Chardonnay

También conocida como “Chardoney”, “Feinburgunder”, “Morillon”, “Pino Shardone” o “Pinot Chardonnay”, la Chardonnay es un tipo de uva originaria de Borgoña, una de las regiones vitícolas más importantes de toda Francia. Aunque hoy en día crece en prácticamente cualquier parte del mundo, desde Estados Unidos a Nueva Zelanda, pasando por España.

La Chardonnay es una de las variedades de uva más extendidas y populares internacionalmente, y actualmente es la que más se cultiva. Se estima que hay alrededor de 160.000 hectáreas de Chardonnay plantadas en todo el mundo, de las cuales alrededor de 50.000 se encuentran en Francia.

 

Características de la uva Chardonnay

Cepa de uva blanca, la Chardonnay es una de las más utilizadas para elaborar vino blanco. De maduración temprana, es una uva altamente resistente y versátil, adaptándose a la perfección a diferentes tipos de suelos y climas. De ahí que sea una de las uvas más cultivadas en todo el mundo.

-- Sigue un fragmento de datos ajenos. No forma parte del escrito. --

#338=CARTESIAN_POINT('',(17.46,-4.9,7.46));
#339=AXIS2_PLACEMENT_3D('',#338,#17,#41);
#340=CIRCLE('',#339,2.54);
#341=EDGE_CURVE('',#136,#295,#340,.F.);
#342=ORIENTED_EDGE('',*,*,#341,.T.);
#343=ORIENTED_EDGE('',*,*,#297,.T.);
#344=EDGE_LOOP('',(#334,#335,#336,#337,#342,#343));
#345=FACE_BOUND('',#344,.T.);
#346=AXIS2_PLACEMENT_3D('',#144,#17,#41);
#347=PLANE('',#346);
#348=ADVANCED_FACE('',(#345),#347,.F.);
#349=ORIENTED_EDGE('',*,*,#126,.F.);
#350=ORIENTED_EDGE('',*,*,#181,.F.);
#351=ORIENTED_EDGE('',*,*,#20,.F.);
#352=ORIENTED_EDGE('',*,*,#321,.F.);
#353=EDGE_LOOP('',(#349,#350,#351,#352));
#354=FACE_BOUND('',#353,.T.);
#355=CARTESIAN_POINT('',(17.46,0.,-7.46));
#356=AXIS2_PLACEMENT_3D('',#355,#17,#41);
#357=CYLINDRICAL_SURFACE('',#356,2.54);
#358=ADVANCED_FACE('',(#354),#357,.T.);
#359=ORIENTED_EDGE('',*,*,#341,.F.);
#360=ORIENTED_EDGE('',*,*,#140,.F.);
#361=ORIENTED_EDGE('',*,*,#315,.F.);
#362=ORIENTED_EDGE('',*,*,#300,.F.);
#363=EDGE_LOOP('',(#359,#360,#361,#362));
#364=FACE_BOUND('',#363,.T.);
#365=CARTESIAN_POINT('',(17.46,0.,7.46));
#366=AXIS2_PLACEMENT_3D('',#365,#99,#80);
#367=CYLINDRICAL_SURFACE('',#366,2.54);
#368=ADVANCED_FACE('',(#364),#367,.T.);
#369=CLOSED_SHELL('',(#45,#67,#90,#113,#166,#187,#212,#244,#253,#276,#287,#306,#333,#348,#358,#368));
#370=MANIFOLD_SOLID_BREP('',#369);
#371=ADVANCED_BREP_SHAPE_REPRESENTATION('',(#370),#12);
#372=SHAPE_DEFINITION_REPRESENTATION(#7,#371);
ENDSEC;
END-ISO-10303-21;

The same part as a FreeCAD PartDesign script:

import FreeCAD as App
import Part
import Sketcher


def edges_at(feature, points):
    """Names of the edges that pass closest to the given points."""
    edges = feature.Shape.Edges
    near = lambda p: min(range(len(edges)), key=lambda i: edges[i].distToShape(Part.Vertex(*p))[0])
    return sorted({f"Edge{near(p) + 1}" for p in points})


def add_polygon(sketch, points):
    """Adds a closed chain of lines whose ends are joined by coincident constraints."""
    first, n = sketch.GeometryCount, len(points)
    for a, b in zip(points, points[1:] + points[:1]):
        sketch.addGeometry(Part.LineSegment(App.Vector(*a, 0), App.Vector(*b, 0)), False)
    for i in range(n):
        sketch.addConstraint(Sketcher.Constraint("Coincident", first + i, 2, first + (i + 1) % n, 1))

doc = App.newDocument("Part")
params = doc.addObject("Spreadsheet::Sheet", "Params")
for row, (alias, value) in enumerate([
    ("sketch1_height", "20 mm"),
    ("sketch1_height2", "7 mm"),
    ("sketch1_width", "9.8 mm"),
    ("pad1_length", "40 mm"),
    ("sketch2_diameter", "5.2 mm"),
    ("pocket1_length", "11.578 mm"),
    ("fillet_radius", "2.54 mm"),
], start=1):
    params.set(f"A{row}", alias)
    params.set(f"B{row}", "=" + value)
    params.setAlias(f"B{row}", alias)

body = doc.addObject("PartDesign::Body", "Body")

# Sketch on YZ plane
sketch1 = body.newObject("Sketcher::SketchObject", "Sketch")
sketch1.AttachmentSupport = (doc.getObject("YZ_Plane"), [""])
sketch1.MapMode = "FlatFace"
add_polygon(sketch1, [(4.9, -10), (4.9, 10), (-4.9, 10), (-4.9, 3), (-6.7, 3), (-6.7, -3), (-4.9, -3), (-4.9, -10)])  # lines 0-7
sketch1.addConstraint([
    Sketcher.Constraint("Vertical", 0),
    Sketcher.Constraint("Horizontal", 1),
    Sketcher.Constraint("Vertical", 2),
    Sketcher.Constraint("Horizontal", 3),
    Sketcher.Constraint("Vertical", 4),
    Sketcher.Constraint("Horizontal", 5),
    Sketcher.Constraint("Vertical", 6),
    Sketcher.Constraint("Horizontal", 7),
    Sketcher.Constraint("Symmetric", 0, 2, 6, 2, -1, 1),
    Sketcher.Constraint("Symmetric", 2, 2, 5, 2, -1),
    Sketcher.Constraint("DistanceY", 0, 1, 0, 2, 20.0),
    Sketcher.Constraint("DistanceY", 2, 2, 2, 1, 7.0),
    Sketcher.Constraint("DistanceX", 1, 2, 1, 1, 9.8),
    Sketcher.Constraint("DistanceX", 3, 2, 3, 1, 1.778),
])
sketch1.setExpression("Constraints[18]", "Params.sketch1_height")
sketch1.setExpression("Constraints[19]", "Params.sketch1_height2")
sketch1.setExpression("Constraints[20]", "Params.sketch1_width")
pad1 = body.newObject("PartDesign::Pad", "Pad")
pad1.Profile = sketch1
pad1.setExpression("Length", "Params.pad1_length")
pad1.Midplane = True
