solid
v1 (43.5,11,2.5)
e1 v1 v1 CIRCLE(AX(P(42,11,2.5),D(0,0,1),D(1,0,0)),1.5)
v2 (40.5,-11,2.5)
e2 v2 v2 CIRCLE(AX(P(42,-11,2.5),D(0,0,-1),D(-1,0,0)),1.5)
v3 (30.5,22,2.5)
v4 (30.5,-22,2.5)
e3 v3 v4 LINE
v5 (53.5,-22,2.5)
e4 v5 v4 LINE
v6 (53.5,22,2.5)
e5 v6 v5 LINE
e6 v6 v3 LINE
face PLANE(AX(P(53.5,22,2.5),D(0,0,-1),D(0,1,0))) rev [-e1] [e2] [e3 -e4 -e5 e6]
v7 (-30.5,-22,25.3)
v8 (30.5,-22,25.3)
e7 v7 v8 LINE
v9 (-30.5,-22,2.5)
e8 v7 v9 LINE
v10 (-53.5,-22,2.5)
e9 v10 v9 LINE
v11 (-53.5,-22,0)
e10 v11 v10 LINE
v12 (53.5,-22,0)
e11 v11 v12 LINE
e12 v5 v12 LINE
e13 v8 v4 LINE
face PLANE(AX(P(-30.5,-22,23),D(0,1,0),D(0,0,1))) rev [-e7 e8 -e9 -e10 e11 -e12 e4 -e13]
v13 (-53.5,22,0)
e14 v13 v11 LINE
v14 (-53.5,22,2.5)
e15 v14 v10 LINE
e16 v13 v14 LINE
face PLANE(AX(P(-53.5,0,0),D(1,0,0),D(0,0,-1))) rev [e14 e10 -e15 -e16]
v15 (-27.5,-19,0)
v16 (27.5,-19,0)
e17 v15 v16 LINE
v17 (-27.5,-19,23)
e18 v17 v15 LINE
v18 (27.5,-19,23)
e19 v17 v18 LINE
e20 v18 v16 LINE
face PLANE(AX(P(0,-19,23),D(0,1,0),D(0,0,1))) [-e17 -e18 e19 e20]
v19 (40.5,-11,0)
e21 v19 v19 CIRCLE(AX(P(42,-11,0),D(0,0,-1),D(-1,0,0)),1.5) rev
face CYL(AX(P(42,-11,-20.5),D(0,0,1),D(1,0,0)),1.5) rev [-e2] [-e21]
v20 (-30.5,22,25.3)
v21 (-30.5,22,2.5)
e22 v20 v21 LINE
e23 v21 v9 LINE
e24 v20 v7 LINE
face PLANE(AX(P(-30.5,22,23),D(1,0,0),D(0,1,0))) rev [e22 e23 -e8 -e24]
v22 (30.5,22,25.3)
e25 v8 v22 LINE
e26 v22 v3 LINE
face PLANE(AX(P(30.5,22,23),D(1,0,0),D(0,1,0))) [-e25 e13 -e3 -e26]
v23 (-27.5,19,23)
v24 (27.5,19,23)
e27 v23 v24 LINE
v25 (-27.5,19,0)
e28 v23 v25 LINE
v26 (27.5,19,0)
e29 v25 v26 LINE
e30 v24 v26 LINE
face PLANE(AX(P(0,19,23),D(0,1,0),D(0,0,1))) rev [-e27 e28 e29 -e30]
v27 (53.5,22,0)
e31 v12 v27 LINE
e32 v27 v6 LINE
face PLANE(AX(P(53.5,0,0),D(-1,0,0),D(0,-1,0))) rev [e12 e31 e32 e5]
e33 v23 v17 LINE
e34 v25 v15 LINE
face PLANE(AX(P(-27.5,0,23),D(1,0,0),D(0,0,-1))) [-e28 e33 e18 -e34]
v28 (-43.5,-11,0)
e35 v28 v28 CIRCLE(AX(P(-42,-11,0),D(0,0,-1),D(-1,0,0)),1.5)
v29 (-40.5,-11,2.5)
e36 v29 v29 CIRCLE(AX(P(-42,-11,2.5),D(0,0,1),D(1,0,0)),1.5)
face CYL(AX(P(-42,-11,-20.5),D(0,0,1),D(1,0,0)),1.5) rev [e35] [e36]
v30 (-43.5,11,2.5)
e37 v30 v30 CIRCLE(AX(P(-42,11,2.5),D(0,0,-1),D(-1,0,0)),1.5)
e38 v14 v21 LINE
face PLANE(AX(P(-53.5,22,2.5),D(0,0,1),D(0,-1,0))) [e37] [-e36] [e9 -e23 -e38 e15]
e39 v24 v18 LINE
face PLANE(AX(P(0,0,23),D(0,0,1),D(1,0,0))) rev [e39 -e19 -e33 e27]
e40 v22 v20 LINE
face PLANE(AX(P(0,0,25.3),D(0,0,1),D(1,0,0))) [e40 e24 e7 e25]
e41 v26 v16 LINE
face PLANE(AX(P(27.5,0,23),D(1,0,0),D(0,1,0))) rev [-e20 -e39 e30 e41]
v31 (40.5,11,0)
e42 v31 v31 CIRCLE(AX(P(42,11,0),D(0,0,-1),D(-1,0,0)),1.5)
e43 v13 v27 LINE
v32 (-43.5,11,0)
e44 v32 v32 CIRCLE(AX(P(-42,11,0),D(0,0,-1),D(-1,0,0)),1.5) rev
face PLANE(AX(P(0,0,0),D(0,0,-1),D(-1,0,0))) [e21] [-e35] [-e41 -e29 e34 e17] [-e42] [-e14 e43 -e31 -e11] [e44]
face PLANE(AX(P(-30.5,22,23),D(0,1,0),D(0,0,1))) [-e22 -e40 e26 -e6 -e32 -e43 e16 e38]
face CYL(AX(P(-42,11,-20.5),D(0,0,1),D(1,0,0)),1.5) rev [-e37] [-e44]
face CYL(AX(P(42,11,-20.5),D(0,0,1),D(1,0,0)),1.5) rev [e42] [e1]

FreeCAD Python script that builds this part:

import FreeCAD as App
import Part
import Sketcher
from FreeCAD import Vector

doc = App.newDocument("Part")
body = doc.addObject("PartDesign::Body", "Body")

sketch1 = body.newObject("Sketcher::SketchObject", "Sketch")
sketch1.AttachmentSupport = (doc.getObject("XY_Plane"), [""])
sketch1.MapMode = "FlatFace"
sketch1.addGeometry(Part.LineSegment(Vector(-30, 22, 0), Vector(-30, -22, 0)), False)
sketch1.addGeometry(Part.LineSegment(Vector(-30, -22, 0), Vector(30, -22, 0)), False)
sketch1.addGeometry(Part.LineSegment(Vector(30, -22, 0), Vector(30, 22, 0)), False)
sketch1.addGeometry(Part.LineSegment(Vector(30, 22, 0), Vector(-30, 22, 0)), False)
sketch1.addGeometry(Part.LineSegment(Vector(28, -19, 0), Vector(-28, -19, 0)), False)
sketch1.addGeometry(Part.LineSegment(Vector(-28, -19, 0), Vector(-28, 19, 0)), False)
sketch1.addGeometry(Part.LineSegment(Vector(-28, 19, 0), Vector(28, 19, 0)), False)
sketch1.addGeometry(Part.LineSegment(Vector(28, 19, 0), Vector(28, -19, 0)), False)
sketch1.addConstraint(Sketcher.Constraint("Coincident", 0, 2, 1, 1))
sketch1.addConstraint(Sketcher.Constraint("Coincident", 1, 2, 2, 1))
sketch1.addConstraint(Sketcher.Constraint("Coincident", 2, 2, 3, 1))
sketch1.addConstraint(Sketcher.Constraint("Coincident", 3, 2, 0, 1))
sketch1.addConstraint(Sketcher.Constraint("Coincident", 4, 2, 5, 1))
sketch1.addConstraint(Sketcher.Constraint("Coincident", 5, 2, 6, 1))
sketch1.addConstraint(Sketcher.Constraint("Coincident", 6, 2, 7, 1))
sketch1.addConstraint(Sketcher.Constraint("Coincident", 7, 2, 4, 1))
sketch1.addConstraint(Sketcher.Constraint("Vertical", 0))
sketch1.addConstraint(Sketcher.Constraint("Horizontal", 1))
sketch1.addConstraint(Sketcher.Constraint("Vertical", 2))
sketch1.addConstraint(Sketcher.Constraint("Horizontal", 3))
sketch1.addConstraint(Sketcher.Constraint("Horizontal", 4))
sketch1.addConstraint(Sketcher.Constraint("Vertical", 5))
sketch1.addConstraint(Sketcher.Constraint("Horizontal", 6))
sketch1.addConstraint(Sketcher.Constraint("Vertical", 7))
sketch1.addConstraint(Sketcher.Constraint("Symmetric", 0, 2, 2, 2, -1, 1))
sketch1.addConstraint(Sketcher.Constraint("Symmetric", 4, 2, 6, 2, -1, 1))
sketch1.addConstraint(Sketcher.Constraint("DistanceX", 1, 1, 1, 2, 61.0))
sketch1.addConstraint(Sketcher.Constraint("DistanceX", 4, 2, 4, 1, 55.0))
sketch1.addConstraint(Sketcher.Constraint("DistanceY", 0, 2, 0, 1, 44.0))
sketch1.addConstraint(Sketcher.Constraint("DistanceY", 5, 1, 5, 2, 38.0))
pad1 = body.newObject("PartDesign::Pad", "Pad")
pad1.Profile = sketch1
pad1.Length = 23

sketch2 = body.newObject("Sketcher::SketchObject", "Sketch001")
sketch2.AttachmentSupport = (doc.getObject("XY_Plane"), [""])
sketch2.MapMode = "FlatFace"
sketch2.AttachmentOffset = App.Placement(Vector(0, 0, 23), App.Rotation())
sketch2.addGeometry(Part.LineSegment(Vector(-30, 22, 0), Vector(-30, -22, 0)), False)
sketch2.addGeometry(Part.LineSegment(Vector(-30, -22, 0), Vector(30, -22, 0)), False)
sketch2.addGeometry(Part.LineSegment(Vector(30, -22, 0), Vector(30, 22, 0)), False)
sketch2.addGeometry(Part.LineSegment(Vector(30, 22, 0), Vector(-30, 22, 0)), False)
sketch2.addConstraint(Sketcher.Constraint("Coincident", 0, 2, 1, 1))
sketch2.addConstraint(Sketcher.Constraint("Coincident", 1, 2, 2, 1))
sketch2.addConstraint(Sketcher.Constraint("Coincident", 2, 2, 3, 1))
sketch2.addConstraint(Sketcher.Constraint("Coincident", 3, 2, 0, 1))
sketch2.addConstraint(Sketcher.Constraint("Vertical", 0))
sketch2.addConstraint(Sketcher.Constraint("Horizontal", 1))
sketch2.addConstraint(Sketcher.Constraint("Vertical", 2))
sketch2.addConstraint(Sketcher.Constraint("Horizontal", 3))
sketch2.addConstraint(Sketcher.Constraint("Symmetric", 0, 2, 2, 2, -1, 1))
sketch2.addConstraint(Sketcher.Constraint("DistanceX", 1, 1, 1, 2, 61.0))
sketch2.addConstraint(Sketcher.Constraint("DistanceY", 0, 2, 0, 1, 44.0))
pad2 = body.newObject("PartDesign::Pad", "Pad001")
pad2.Profile = sketch2
pad2.Length = 2.3

sketch3 = body.newObject("Sketcher::SketchObject", "Sketch002")
sketch3.AttachmentSupport = (doc.getObject("YZ_Plane"), [""])
sketch3.MapMode = "FlatFace"
sketch3.AttachmentOffset = App.Placement(Vector(0, 0, -30.5), App.Rotation())
sketch3.addGeometry(Part.LineSegment(Vector(22, 0, 0), Vector(-22, 0, 0)), False)
sketch3.addGeometry(Part.LineSegment(Vector(-22, 0, 0), Vector(-22, 2.5, 0)), False)
sketch3.addGeometry(Part.LineSegment(Vector(-22, 2.5, 0), Vector(22, 2.5, 0)), False)
sketch3.addGeometry(Part.LineSegment(Vector(22, 2.5, 0), Vector(22, 0, 0)), False)
sketch3.addConstraint(Sketcher.Constraint("Coincident", 0, 2, 1, 1))
sketch3.addConstraint(Sketcher.Constraint("Coincident", 1, 2, 2, 1))
sketch3.addConstraint(Sketcher.Constraint("Coincident", 2, 2, 3, 1))
sketch3.addConstraint(Sketcher.Constraint("Coincident", 3, 2, 0, 1))
sketch3.addConstraint(Sketcher.Constraint("Horizontal", 0))
sketch3.addConstraint(Sketcher.Constraint("Vertical", 1))
sketch3.addConstraint(Sketcher.Constraint("Horizontal", 2))
sketch3.addConstraint(Sketcher.Constraint("Vertical", 3))
sketch3.addConstraint(Sketcher.Constraint("Symmetric", 0, 2, 3, 2, -1, 1))
sketch3.addConstraint(Sketcher.Constraint("DistanceX", 0, 2, 0, 1, 44.0))
sketch3.addConstraint(Sketcher.Constraint("DistanceY", 1, 1, 1, 2, 2.5))
pad3 = body.newObject("PartDesign::Pad", "Pad002")
pad3.Profile = sketch3
pad3.Length = 23
pad3.Reversed = True

sketch4 = body.newObject("Sketcher::SketchObject", "Sketch003")
sketch4.AttachmentSupport = (doc.getObject("YZ_Plane"), [""])
sketch4.MapMode = "FlatFace"
sketch4.AttachmentOffset = App.Placement(Vector(0, 0, 30.5), App.Rotation())
sketch4.addGeometry(Part.LineSegment(Vector(22, 2.5, 0), Vector(-22, 2.5, 0)), False)
sketch4.addGeometry(Part.LineSegment(Vector(-22, 2.5, 0), Vector(-22, 0, 0)), False)
sketch4.addGeometry(Part.LineSegment(Vector(-22, 0, 0), Vector(22, 0, 0)), False)
sketch4.addGeometry(Part.LineSegment(Vector(22, 0, 0), Vector(22, 2.5, 0)), False)
sketch4.addConstraint(Sketcher.Constraint("Coincident", 0, 2, 1, 1))
sketch4.addConstraint(Sketcher.Constraint("Coincident", 1, 2, 2, 1))
sketch4.addConstraint(Sketcher.Constraint("Coincident", 2, 2, 3, 1))
sketch4.addConstraint(Sketcher.Constraint("Coincident", 3, 2, 0, 1))
sketch4.addConstraint(Sketcher.Constraint("Horizontal", 0))
sketch4.addConstraint(Sketcher.Constraint("Vertical", 1))
sketch4.addConstraint(Sketcher.Constraint("Horizontal", 2))
sketch4.addConstraint(Sketcher.Constraint("Vertical", 3))
sketch4.addConstraint(Sketcher.Constraint("Symmetric", 1, 2, 2, 2, -1, 1))
sketch4.addConstraint(Sketcher.Constraint("DistanceX", 0, 2, 0, 1, 44.0))
sketch4.addConstraint(Sketcher.Constraint("DistanceY", 1, 2, 1, 1, 2.5))
pad4 = body.newObject("PartDesign::Pad", "Pad003")
pad4.Profile = sketch4
pad4.Length = 23

sketch5 = body.newObject("Sketcher::SketchObject", "Sketch004")
sketch5.AttachmentSupport = (doc.getObject("XY_Plane"), [""])
sketch5.MapMode = "FlatFace"
sketch5.AttachmentOffset = App.Placement(Vector(0, 0, 2.5), App.Rotation())
sketch5.addGeometry(Part.Circle(Vector(42, 11, 0), Vector(0, 0, 1), 1.5), False)
sketch5.addGeometry(Part.Circle(Vector(42, -11, 0), Vector(0, 0, 1), 1.5), False)
sketch5.addGeometry(Part.Circle(Vector(-42, -11, 0), Vector(0, 0, 1), 1.5), False)
sketch5.addGeometry(Part.Circle(Vector(-42, 11, 0), Vector(0, 0, 1), 1.5), False)
sketch5.addConstraint(Sketcher.Constraint("Equal", 0, 1))
sketch5.addConstraint(Sketcher.Constraint("Equal", 1, 2))
sketch5.addConstraint(Sketcher.Constraint("Equal", 2, 3))
sketch5.addConstraint(Sketcher.Constraint("Symmetric", 0, 3, 2, 3, -1, 1))
sketch5.addConstraint(Sketcher.Constraint("Symmetric", 1, 3, 3, 3, -1, 1))
sketch5.addConstraint(Sketcher.Constraint("Symmetric", 1, 3, 2, 3, -2))
sketch5.addConstraint(Sketcher.Constraint("Diameter", 0, 3.0))
sketch5.addConstraint(Sketcher.Constraint("DistanceX", -1, 1, 0, 3, 42.0))
sketch5.addConstraint(Sketcher.Constraint("DistanceY", -1, 1, 0, 3, 11.0))
pocket1 = body.newObject("PartDesign::Pocket", "Pocket")
pocket1.Profile = sketch5
pocket1.Length = 23

doc.recompute()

Se caracteriza por tener una piel verde/amarillo pálido, lo que hace que los vinos Chardonnay presenten unos detalles verdosos a la vez que dorados.

El racimo es pequeño, con una compacidad media/elevada y un corto pedúnculo, así como las bayas, que por lo general son muy uniformes.

A pesar de su resistencia, aunque no suelen afectarle los hongos de la madera, sí puede verse afectada por los cicadélidos, los ácaros y la polilla. Asimismo, aunque aguanta bien los inviernos fríos, es un tipo de uva sensible a las heladas.

 

Características del vino Chardonnay

Los vinos Chardonnay presentan aromas frutales con matices cítricos y tropicales, como la piña, la pera o el limón.

En boca son vinos no demasiado ácidos y bastante dulces, consiguiendo una excelente armonía con los matices afrutados.

Por sus características, la variedad Chardonnay sirve para elaborar vinos ricos, gruesos y espesos, perfectos para envejecer en botella. Así como vinos más frescos y ligeros, más jóvenes. La Chardonnay también es una de las uvas con las que se elabora el Champagne.

Los vinos Chardonnay son siempre blancos, con aspecto luminoso y elegante con detalles verdes y dorados debido a su juventud, en los que predomina el aroma afrutado.